Introduction

In September 2020, Apple, Samsung, and Fitbit introduced their latest iterations of wearable technology to the market place. With all of the redesigns and added functionality, Investors would like to know which of these offerings will become a smashing success or abject failure for the ‘Big Three’ of smart watches. To answer this question, analyses of Twitter data was conducted to gain insight into the popularity of the brands, users’ sentimental attachments, and overall positivity associations.

Summary of Findings

Based on the limited data collected for the number of Tweets, Some could consider Fitbit to be more popular based on the summary table findings as compared to the others. However, depending on the day of the week, Apple would seem to be a more popular brand. The research indicates that this Brand receives significantly more tweets on Thursdays, Fridays and Saturdays as compared to the others.
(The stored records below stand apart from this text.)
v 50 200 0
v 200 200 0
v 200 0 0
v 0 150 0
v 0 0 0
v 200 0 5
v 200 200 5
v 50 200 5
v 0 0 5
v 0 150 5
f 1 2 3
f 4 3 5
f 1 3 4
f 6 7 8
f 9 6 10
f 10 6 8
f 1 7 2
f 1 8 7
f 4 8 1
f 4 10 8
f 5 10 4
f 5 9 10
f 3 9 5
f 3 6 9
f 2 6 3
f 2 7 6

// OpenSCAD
moduleSize = 200; // [50:350]
rows = 1; // [1:20]

module openLuggage(index) {
    translate([index * moduleSize, 0, 0])
        cube([moduleSize, moduleSize, 5], center=false);
}

module cornerBase() {
    linear_extrude(height=5)
        polygon(points=[[0,0], [moduleSize ,0], [moduleSize,moduleSize], [50,moduleSize], [0,moduleSize-50]]);
}

for (r = [0:rows-1])
    if (r == 0)
        cornerBase();

    else if (r == rows -1)
        mirror([1,0,0]) translate([-moduleSize * (r + 1), 0, 0]) cornerBase();
    else
        openLuggage(r);
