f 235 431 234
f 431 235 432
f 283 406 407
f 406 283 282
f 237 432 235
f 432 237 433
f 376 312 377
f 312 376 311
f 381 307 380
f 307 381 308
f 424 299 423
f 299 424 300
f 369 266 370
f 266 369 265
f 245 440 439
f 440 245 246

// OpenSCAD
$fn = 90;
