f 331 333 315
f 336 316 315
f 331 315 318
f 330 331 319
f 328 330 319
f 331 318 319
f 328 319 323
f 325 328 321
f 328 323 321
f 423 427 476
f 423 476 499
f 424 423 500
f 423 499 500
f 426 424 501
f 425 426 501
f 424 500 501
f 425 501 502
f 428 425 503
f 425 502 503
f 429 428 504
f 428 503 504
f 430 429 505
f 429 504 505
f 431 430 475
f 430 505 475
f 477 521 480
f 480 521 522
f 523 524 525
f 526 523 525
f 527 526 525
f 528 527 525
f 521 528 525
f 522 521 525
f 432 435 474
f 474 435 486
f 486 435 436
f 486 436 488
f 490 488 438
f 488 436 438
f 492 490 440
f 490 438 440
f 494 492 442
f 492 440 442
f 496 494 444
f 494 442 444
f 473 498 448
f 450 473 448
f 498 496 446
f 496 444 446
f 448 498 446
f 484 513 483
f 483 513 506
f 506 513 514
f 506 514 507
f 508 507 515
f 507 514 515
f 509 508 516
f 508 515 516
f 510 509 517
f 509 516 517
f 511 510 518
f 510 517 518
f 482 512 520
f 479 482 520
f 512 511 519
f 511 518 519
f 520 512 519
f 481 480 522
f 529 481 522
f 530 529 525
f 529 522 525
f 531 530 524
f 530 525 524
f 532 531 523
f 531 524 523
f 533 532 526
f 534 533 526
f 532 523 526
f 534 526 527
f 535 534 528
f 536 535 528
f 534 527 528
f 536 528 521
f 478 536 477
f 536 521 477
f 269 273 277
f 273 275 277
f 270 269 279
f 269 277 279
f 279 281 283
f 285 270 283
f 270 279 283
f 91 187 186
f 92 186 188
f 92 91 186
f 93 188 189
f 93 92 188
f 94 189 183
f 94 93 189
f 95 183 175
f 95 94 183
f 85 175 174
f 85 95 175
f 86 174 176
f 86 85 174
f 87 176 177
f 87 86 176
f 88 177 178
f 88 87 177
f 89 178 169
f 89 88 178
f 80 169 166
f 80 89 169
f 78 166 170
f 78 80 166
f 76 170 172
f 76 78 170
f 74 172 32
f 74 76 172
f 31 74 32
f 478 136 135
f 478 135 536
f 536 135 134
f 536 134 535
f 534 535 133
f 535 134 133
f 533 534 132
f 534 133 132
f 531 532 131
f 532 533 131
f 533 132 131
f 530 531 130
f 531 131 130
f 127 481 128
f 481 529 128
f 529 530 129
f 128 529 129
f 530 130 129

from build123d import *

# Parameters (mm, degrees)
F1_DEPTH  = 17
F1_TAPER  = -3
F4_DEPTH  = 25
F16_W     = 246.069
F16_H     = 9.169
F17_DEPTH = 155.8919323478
Tweet data was subsequently analyzed to detect patterns related to the brands based on the hour of day, Fitbit is significantly more popular during the 1pm time-slot as compared to all other brands surveyed.

While the average tweet length for Apple, Fitbit and Samsung are 167, 117, and 130, respectively in the particular data sample, Tukey’s Multiple Comparison of Means test suggests that the difference in mean tweet length related to Apple is statistically significant at a 95% confidence level and we can conclude that Apple has receives longer tweets, on average, as compared to the other brands.

Overall, the individual brand sentiment scores along the eight attributes tend to reflect that of the aggregated model. Generally speaking, all the brands scored high in positivity and there were low anger scores across the board as well. However, there are a few notably observations worth mentioning. With regard to trust, we see that Apple and Samsung scored relatively high, unlike Twitter, which appears to fair below-average. The categorical variable Anticipation also produced significantly higher scores for Apple and Samsung, relative to Fitbit. What is interesting about Fitbit is that the brand tends to receive less ‘negativity’ as compared with the others. However, it is important to note that given the limited amount of tweets and sources that were analyzed, actual sentiment can vary significantly from what is observed here. F-Score testing will need to be conducted to gauge the effectiveness of the testing and the significance of the results.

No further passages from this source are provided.